Concurrent vs cumulative

  1. I substantially agree with the Crown’s submission that as count 1 concerned a different victim, it is appropriate that part of that sentence should be added to the head sentence on count 3.[5] I therefore order that 6 months of the sentence on count 1 be served cumulatively with the sentence on count 3.
  2. Further, in my view, part of the sentence for count 2 should also be added to the head sentence. Although it may be said that counts 2 and 3 are unrelated, this, in my view, was not an ordinary housebreaking for the purpose of trespass or even a property offence such as theft.
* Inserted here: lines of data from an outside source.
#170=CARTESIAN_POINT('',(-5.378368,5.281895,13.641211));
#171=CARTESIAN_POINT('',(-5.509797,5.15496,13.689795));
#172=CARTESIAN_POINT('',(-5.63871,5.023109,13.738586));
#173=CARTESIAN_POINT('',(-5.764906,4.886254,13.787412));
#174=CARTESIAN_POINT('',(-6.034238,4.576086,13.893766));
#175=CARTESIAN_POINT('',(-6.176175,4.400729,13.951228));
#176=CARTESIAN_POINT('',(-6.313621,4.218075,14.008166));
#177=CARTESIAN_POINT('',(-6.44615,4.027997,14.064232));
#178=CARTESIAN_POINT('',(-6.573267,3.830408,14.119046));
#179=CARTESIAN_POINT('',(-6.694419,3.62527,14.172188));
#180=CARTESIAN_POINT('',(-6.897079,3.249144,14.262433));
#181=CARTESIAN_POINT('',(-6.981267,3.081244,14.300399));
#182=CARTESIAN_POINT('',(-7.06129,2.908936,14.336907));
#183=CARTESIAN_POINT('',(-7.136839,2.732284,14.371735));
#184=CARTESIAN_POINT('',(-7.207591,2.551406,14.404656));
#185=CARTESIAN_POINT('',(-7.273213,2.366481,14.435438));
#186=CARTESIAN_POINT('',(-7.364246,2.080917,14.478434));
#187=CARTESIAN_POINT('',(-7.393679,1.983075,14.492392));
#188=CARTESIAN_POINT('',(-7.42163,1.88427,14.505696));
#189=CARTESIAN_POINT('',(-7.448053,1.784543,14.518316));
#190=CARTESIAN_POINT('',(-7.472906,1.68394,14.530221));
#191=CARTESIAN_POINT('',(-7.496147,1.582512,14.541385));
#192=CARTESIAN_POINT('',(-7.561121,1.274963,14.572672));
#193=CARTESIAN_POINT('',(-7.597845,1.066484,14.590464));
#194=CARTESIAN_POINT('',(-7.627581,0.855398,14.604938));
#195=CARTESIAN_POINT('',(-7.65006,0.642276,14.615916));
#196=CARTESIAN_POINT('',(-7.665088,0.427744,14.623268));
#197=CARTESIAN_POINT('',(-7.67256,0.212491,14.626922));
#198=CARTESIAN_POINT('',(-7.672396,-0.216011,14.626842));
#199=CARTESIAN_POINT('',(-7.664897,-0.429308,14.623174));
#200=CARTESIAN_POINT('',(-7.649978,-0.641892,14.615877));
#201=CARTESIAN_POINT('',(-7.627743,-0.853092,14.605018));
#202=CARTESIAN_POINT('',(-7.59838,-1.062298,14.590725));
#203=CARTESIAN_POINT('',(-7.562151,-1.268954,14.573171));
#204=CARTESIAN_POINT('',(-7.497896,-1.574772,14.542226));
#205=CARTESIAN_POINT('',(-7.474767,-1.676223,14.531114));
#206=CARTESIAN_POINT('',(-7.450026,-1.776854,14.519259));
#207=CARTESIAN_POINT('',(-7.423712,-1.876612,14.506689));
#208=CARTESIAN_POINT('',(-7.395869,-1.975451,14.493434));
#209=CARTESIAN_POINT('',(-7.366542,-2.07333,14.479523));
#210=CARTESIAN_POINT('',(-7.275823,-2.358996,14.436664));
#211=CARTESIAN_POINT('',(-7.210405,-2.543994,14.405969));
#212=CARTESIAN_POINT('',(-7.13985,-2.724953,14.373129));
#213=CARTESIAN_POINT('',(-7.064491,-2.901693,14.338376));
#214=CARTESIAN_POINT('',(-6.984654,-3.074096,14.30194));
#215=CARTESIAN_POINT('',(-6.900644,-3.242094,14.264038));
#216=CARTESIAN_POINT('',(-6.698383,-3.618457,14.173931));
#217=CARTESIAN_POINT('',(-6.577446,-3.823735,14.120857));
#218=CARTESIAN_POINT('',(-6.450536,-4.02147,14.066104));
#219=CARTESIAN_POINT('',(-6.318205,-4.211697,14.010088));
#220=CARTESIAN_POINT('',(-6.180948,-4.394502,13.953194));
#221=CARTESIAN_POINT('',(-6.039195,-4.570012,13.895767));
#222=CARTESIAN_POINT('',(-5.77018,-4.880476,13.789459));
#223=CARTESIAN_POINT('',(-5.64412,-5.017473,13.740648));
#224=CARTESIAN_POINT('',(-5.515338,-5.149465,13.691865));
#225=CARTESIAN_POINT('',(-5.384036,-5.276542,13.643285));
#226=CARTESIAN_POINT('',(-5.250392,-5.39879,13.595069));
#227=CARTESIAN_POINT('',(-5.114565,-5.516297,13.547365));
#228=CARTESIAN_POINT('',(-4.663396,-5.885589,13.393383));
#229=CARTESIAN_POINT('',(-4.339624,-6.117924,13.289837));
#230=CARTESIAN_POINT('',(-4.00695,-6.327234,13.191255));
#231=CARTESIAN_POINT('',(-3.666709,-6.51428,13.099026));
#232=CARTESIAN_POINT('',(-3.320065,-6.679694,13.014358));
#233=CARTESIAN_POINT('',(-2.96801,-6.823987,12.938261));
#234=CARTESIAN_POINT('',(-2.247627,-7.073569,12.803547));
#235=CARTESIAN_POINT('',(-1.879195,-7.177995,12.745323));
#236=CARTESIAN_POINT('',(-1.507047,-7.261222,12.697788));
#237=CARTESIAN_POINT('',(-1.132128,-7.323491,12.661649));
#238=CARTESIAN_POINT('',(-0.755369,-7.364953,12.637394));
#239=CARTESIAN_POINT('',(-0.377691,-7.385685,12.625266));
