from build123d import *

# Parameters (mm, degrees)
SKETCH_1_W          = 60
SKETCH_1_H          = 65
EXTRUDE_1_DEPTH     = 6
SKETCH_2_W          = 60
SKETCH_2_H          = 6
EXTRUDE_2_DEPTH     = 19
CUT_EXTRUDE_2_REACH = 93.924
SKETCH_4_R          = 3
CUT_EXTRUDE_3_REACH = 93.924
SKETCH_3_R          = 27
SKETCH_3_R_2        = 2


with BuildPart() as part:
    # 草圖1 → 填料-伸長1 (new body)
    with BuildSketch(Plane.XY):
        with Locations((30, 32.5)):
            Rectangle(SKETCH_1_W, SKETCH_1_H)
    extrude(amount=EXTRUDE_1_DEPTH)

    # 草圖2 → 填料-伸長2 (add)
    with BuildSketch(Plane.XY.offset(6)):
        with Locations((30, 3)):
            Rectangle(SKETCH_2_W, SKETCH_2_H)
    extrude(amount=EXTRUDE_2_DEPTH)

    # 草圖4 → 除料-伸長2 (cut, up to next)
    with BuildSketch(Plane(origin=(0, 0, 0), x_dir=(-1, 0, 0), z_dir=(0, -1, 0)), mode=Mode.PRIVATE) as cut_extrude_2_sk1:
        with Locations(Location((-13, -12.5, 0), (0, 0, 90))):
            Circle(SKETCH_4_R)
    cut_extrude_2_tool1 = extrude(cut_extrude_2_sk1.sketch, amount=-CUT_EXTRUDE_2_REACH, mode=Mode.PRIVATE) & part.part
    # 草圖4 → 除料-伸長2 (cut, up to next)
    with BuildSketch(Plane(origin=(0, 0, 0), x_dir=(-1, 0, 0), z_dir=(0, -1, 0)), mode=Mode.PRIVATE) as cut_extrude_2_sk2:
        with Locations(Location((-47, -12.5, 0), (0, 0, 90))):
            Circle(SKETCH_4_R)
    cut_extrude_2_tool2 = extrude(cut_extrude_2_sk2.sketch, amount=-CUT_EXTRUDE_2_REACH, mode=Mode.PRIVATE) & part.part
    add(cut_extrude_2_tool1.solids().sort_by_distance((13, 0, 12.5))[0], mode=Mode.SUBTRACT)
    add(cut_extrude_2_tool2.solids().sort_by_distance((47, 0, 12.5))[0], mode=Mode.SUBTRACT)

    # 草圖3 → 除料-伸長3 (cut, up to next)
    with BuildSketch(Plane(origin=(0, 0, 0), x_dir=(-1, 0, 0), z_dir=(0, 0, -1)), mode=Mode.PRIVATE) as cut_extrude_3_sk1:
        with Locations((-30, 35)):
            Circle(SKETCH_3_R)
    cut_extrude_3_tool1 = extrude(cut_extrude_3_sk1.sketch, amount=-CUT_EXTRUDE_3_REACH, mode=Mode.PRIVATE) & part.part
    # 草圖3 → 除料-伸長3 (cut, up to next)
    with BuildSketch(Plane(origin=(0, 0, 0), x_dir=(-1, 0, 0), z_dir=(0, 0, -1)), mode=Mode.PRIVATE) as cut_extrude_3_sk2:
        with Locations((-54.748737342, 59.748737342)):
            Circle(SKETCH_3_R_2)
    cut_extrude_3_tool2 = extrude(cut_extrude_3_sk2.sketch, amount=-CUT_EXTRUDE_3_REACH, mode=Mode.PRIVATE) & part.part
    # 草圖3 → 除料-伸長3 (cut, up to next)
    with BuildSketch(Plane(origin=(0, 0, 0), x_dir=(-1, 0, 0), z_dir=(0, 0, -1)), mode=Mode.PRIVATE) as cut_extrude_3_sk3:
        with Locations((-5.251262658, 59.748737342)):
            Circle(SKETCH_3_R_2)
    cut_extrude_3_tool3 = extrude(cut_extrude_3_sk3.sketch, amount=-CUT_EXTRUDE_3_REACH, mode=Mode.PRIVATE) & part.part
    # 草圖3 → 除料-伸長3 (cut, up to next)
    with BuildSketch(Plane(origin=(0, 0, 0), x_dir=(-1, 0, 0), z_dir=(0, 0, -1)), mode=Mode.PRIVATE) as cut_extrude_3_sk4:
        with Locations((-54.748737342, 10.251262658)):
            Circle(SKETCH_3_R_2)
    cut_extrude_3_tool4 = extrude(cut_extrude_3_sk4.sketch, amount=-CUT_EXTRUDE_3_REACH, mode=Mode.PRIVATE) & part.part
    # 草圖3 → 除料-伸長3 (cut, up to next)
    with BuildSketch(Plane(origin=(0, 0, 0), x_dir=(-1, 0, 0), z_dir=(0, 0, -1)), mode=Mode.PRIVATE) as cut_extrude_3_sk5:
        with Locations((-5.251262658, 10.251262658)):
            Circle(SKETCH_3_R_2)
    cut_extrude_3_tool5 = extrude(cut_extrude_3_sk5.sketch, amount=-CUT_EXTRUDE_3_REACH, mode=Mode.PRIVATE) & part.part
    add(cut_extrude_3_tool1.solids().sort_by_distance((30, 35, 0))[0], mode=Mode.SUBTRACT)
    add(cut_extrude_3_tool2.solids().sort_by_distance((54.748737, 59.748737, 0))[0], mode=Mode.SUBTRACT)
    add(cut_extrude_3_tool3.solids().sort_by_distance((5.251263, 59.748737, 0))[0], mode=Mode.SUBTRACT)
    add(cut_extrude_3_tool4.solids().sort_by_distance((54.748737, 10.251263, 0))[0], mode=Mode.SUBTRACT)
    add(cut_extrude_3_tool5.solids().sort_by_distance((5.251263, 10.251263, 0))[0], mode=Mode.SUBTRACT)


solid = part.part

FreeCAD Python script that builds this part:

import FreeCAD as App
import Part
import Sketcher
from FreeCAD import Vector

doc = App.newDocument("Part")
body = doc.addObject("PartDesign::Body", "Body")

sketch1 = body.newObject("Sketcher::SketchObject", "Sketch")
sketch1.AttachmentSupport = (doc.getObject("XY_Plane"), [""])
sketch1.MapMode = "FlatFace"
sketch1.addGeometry([
    Part.LineSegment(Vector(0, 65, 0), Vector(0, 0, 0)),
    Part.LineSegment(Vector(0, 0, 0), Vector(60, 0, 0)),
    Part.LineSegment(Vector(60, 0, 0), Vector(60, 65, 0)),
    Part.LineSegment(Vector(60, 65, 0), Vector(0, 65, 0)),
], False)
sketch1.addConstraint([
    Sketcher.Constraint("Coincident", 0, 2, 1, 1),
    Sketcher.Constraint("Coincident", 1, 2, 2, 1),
    Sketcher.Constraint("Coincident", 2, 2, 3, 1),
    Sketcher.Constraint("Coincident", 3, 2, 0, 1),
    Sketcher.Constraint("Vertical", 0),
    Sketcher.Constraint("Horizontal", 1),
    Sketcher.Constraint("Vertical", 2),
    Sketcher.Constraint("Horizontal", 3),
    Sketcher.Constraint("Coincident", 0, 2, -1, 1),
    Sketcher.Constraint("DistanceX", 1, 1, 1, 2, 60.0),
    Sketcher.Constraint("DistanceY", 0, 2, 0, 1, 65.0),
])
pad1 = body.newObject("PartDesign::Pad", "Pad")
pad1.Profile = sketch1
pad1.Length = 6

sketch2 = body.newObject("Sketcher::SketchObject", "Sketch001")
sketch2.AttachmentSupport = (doc.getObject("XY_Plane"), [""])
sketch2.MapMode = "FlatFace"
sketch2.AttachmentOffset = App.Placement(Vector(0, 0, 6), App.Rotation())
sketch2.addGeometry([
    Part.LineSegment(Vector(0, 6, 0), Vector(0, 0, 0)),
    Part.LineSegment(Vector(0, 0, 0), Vector(60, 0, 0)),
    Part.LineSegment(Vector(60, 0, 0), Vector(60, 6, 0)),
    Part.LineSegment(Vector(60, 6, 0), Vector(0, 6, 0)),
], False)
sketch2.addConstraint([
    Sketcher.Constraint("Coincident", 0, 2, 1, 1),
    Sketcher.Constraint("Coincident", 1, 2, 2, 1),
    Sketcher.Constraint("Coincident", 2, 2, 3, 1),
    Sketcher.Constraint("Coincident", 3, 2, 0, 1),
    Sketcher.Constraint("Vertical", 0),
    Sketcher.Constraint("Horizontal", 1),
    Sketcher.Constraint("Vertical", 2),
    Sketcher.Constraint("Horizontal", 3),
    Sketcher.Constraint("Coincident", 0, 2, -1, 1),
    Sketcher.Constraint("DistanceX", 1, 1, 1, 2, 60.0),
    Sketcher.Constraint("DistanceY", 0, 2, 0, 1, 6.0),
])
pad2 = body.newObject("PartDesign::Pad", "Pad001")
pad2.Profile = sketch2
pad2.Length = 19

sketch3 = body.newObject("Sketcher::SketchObject", "Sketch002")
sketch3.AttachmentSupport = (doc.getObject("XZ_Plane"), [""])
sketch3.MapMode = "FlatFace"
sketch3.addGeometry(Part.Circle(Vector(13, 12.5, 0), Vector(0, 0, 1), 3), False)
sketch3.addConstraint([
    Sketcher.Constraint("Diameter", 0, 6.0),
    Sketcher.Constraint("DistanceX", -1, 1, 0, 3, 13.0),
    Sketcher.Constraint("DistanceY", -1, 1, 0, 3, 12.5),
])
pocket1 = body.newObject("PartDesign::Pocket", "Pocket")
pocket1.Profile = sketch3
pocket1.Type = "UpToFirst"

sketch4 = body.newObject("Sketcher::SketchObject", "Sketch003")
sketch4.AttachmentSupport = (doc.getObject("XZ_Plane"), [""])
sketch4.MapMode = "FlatFace"
sketch4.addGeometry(Part.Circle(Vector(47, 12.5, 0), Vector(0, 0, 1), 3), False)
sketch4.addConstraint([
    Sketcher.Constraint("Diameter", 0, 6.0),
    Sketcher.Constraint("DistanceX", -1, 1, 0, 3, 47.0),
    Sketcher.Constraint("DistanceY", -1, 1, 0, 3, 12.5),
])
pocket2 = body.newObject("PartDesign::Pocket", "Pocket001")
pocket2.Profile = sketch4
pocket2.Type = "UpToFirst"

sketch5 = body.newObject("Sketcher::SketchObject", "Sketch004")
sketch5.AttachmentSupport = (doc.getObject("XY_Plane"), [""])
sketch5.MapMode = "FlatFace"
sketch5.addGeometry(Part.Circle(Vector(30, 35, 0), Vector(0, 0, 1), 27), False)
sketch5.addConstraint([
    Sketcher.Constraint("Diameter", 0, 54.0),
    Sketcher.Constraint("DistanceX", -1, 1, 0, 3, 30.0),
    Sketcher.Constraint("DistanceY", -1, 1, 0, 3, 35.0),
])
pocket3 = body.newObject("PartDesign::Pocket", "Pocket002")
pocket3.Profile = sketch5
pocket3.Type = "UpToFirst"
pocket3.Reversed = True

sketch6 = body.newObject("Sketcher::SketchObject", "Sketch005")
sketch6.AttachmentSupport = (doc.getObject("XY_Plane"), [""])
sketch6.MapMode = "FlatFace"
sketch6.addGeometry(Part.Circle(Vector(54.748737, 59.748737, 0), Vector(0, 0, 1), 2), False)
sketch6.addConstraint([
    Sketcher.Constraint("Diameter", 0, 4.0),
    Sketcher.Constraint("DistanceX", -1, 1, 0, 3, 54.748737),
    Sketcher.Constraint("DistanceY", -1, 1, 0, 3, 59.748737),
])
pocket4 = body.newObject("PartDesign::Pocket", "Pocket003")
pocket4.Profile = sketch6
pocket4.Type = "UpToFirst"
pocket4.Reversed = True

sketch7 = body.newObject("Sketcher::SketchObject", "Sketch006")
sketch7.AttachmentSupport = (doc.getObject("XY_Plane"), [""])
sketch7.MapMode = "FlatFace"
sketch7.addGeometry(Part.Circle(Vector(5.251263, 59.748737, 0), Vector(0, 0, 1), 2), False)
sketch7.addConstraint([
    Sketcher.Constraint("Diameter", 0, 4.0),
    Sketcher.Constraint("DistanceX", -1, 1, 0, 3, 5.251263),
    Sketcher.Constraint("DistanceY", -1, 1, 0, 3, 59.748737),
])
pocket5 = body.newObject("PartDesign::Pocket", "Pocket004")
pocket5.Profile = sketch7
pocket5.Type = "UpToFirst"
pocket5.Reversed = True

sketch8 = body.newObject("Sketcher::SketchObject", "Sketch007")
sketch8.AttachmentSupport = (doc.getObject("XY_Plane"), [""])
sketch8.MapMode = "FlatFace"
sketch8.addGeometry(Part.Circle(Vector(54.748737, 10.251263, 0), Vector(0, 0, 1), 2), False)
sketch8.addConstraint([
    Sketcher.Constraint("Diameter", 0, 4.0),
    Sketcher.Constraint("DistanceX", -1, 1, 0, 3, 54.748737),
    Sketcher.Constraint("DistanceY", -1, 1, 0, 3, 10.251263),
])
pocket6 = body.newObject("PartDesign::Pocket", "Pocket005")
pocket6.Profile = sketch8
pocket6.Type = "UpToFirst"
pocket6.Reversed = True

sketch9 = body.newObject("Sketcher::SketchObject", "Sketch008")
sketch9.AttachmentSupport = (doc.getObject("XY_Plane"), [""])
sketch9.MapMode = "FlatFace"
sketch9.addGeometry(Part.Circle(Vector(5.251263, 10.251263, 0), Vector(0, 0, 1), 2), False)
sketch9.addConstraint([
    Sketcher.Constraint("Diameter", 0, 4.0),
    Sketcher.Constraint("DistanceX", -1, 1, 0, 3, 5.251263),
    Sketcher.Constraint("DistanceY", -1, 1, 0, 3, 10.251263),
])
pocket7 = body.newObject("PartDesign::Pocket", "Pocket006")
pocket7.Profile = sketch9
pocket7.Type = "UpToFirst"
pocket7.Reversed = True

doc.recompute()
In this case, the Defendant targeted the young male victim, waited for his older sister to leave the house and then invaded their family home for the express purpose of sexually abusing him. In those circumstances, and having regard to the totality principle, I consider it appropriate to also order that 6 months of the sentence on count 2 be served cumulatively with the sentence on count 3.
  3. Accordingly, the resulting effective sentence is 54 months (or 4 ½ years) imprisonment.[6]
  4. After taking into account the overall criminality of the offending and what follows in respect of suspension, I do not consider that the resulting sentence can be considered a ‘crushing’ first period of imprisonment.

Suspension

  1. The considerations in Mo’unga [1998] Tonga LR 154 at 157 favour some suspension. The Defendant is very young. These are apparently his first serious offences. He co-operated with the police and pleaded guilty at the earliest opportunity which spared the victims the stress and indignity of having to give evidence as well as saving the State valuable time and expense.
  2. I also accept that, with appropriate education, supervision and support, the Defendant is likely to take the opportunity for rehabilitation not only in respect of the instant offences but also his underlying alcohol and other substance abuse problems which have been a major factor in the downward spiral to his current plight.
  3. Taking all those factors into account, I consider it appropriate to order that the final 2 years of the sentence be suspended on conditions as set out below.
  4. Even though the Defendant was 18 at the time of offending and therefore not strictly speaking a ‘child’ as defined by the UN Convention on the Rights of the Child, I have nonetheless considered the relevant principles of the Convention in arriving at the above sentence formulation, including that imprisonment of a child shall be used only as a measure of last resort and for the shortest appropriate period of time.
  5. In the result, and subject to compliance with the conditions below and any remissions granted pursuant to Part III, Division 7 of the Prisons Act, the Defendant will be required to serve 30 months (or 2 ½ years) imprisonment.

Result

  1. The Defendant is convicted of:
  2. Six months of the sentences for each of counts 1 and 2 are to be served cumulatively to the sentence on count 3, making a total effective sentence of 54 months (or 4 ½ years) imprisonment.
  3. The final 2 years of the sentence is to be suspended for a period of 3 years from the date of the Defendant’s release from prison, on condition that during the said period of suspension, the Defendant is to:
  4. Failure to comply with the above conditions may result in the suspension being rescinded, in which case, the Defendant will be required to serve the balance of his sentence.
  5. In light of the Defendant’s young age, I direct that during his incarceration, the Defendant is to:
  6. I further direct that the identity of the victims in these proceedings shall not be published in the Kingdom in a written publication available to the public or be broadcasted in the Kingdom.



NUKU’ALOFA
M. H. Whitten QC
24 August 2021
LORD CHIEF JUSTICE


[1] CR 705/2020 and CR 707/2020.
[2] Citing ‘Asa [2020] TOSC 72 at [39] referring to Langi [2013] TOSC 21 at [8].
[3] Citing P.F. [2020] TOSC 30.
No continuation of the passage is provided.